Lets see some pics! I'm anxious to get another levelling project done so I can keep working my way down.... .415" is the lowest I've gotten down to with my Celebration.


----------



## Austinite (Oct 4, 2018)

monsonman said:


> Lets see some pics! I'm anxious to get another levelling project done so I can keep working my way down.... .415" is the lowest I've gotten down to with my Celebration.


ugh! I didn't want to post cause of yellow PGR hazing but oh well. Been waiting to recover from over-dosing Primo Maxx since it is not labeled for Celebration Bermuda, I realize now that Celebration is hypersensitive to PGR. My next round will be at just under half the rate of the lowest listed variety. So probably ~ 0.1 per 1/k next.

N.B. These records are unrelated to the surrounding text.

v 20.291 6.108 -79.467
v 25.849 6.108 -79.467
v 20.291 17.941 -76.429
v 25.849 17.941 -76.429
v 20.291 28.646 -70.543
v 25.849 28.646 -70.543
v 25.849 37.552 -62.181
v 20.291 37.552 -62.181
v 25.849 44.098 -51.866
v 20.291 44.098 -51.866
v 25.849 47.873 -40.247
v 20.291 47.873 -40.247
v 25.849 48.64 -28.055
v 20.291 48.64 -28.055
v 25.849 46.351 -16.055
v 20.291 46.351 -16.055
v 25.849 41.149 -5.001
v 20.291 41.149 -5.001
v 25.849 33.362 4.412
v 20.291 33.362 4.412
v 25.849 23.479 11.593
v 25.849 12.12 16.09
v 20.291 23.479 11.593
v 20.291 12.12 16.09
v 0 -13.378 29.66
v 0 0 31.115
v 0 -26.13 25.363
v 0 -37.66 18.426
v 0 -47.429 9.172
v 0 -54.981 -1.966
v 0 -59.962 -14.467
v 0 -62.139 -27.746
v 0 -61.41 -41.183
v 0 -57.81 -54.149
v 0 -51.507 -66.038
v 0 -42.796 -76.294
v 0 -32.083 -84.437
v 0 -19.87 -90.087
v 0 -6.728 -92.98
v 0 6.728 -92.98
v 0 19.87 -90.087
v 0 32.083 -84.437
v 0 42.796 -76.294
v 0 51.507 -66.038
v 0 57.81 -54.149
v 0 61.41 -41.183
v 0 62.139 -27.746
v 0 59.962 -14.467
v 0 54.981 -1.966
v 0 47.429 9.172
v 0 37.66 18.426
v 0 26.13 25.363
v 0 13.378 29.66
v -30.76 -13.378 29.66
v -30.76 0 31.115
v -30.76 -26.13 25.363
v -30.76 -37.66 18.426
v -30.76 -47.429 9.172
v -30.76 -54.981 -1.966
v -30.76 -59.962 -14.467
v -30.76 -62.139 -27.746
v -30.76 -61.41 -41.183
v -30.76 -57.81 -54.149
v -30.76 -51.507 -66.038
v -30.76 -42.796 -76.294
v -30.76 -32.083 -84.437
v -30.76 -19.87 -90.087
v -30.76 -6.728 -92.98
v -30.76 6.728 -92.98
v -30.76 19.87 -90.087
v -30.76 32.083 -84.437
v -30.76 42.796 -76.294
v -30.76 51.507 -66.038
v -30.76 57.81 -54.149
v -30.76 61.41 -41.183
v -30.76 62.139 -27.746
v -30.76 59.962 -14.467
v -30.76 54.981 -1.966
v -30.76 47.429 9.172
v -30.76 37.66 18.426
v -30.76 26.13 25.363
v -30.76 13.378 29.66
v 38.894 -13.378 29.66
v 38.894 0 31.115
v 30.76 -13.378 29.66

*The yellow hazing you see is from PGR, this is day 4 but it's starting to recover. * The yellow around my "band" where higher grass exists is scalp marks.


----------



## bretts (Jul 29, 2020)

Austinite said:


> ugh! I didn't want to post cause of yellow PGR hazing but oh well. Been waiting to recover from over-dosing Primo Maxx since it is not labeled for Celebration Bermuda, I realize now that Celebration is hypersensitive to PGR. My next round will be at just under half the rate of the lowest listed variety. So probably ~ 0.1 per 1/k next.


What are those green things in your yard?


----------



## Austinite (Oct 4, 2018)

bretts said:


> Austinite said:
> 
> 
> > ugh! I didn't want to post cause of yellow PGR hazing but oh well. Been waiting to recover from over-dosing Primo Maxx since it is not labeled for Celebration Bermuda, I realize now that Celebration is hypersensitive to PGR. My next round will be at just under half the rate of the lowest listed variety. So probably ~ 0.1 per 1/k next.
> ...


Moisture Meters that connect to my Ambient weather station.


----------



## Redtwin (Feb 9, 2019)

bretts said:


> What are those green things in your yard?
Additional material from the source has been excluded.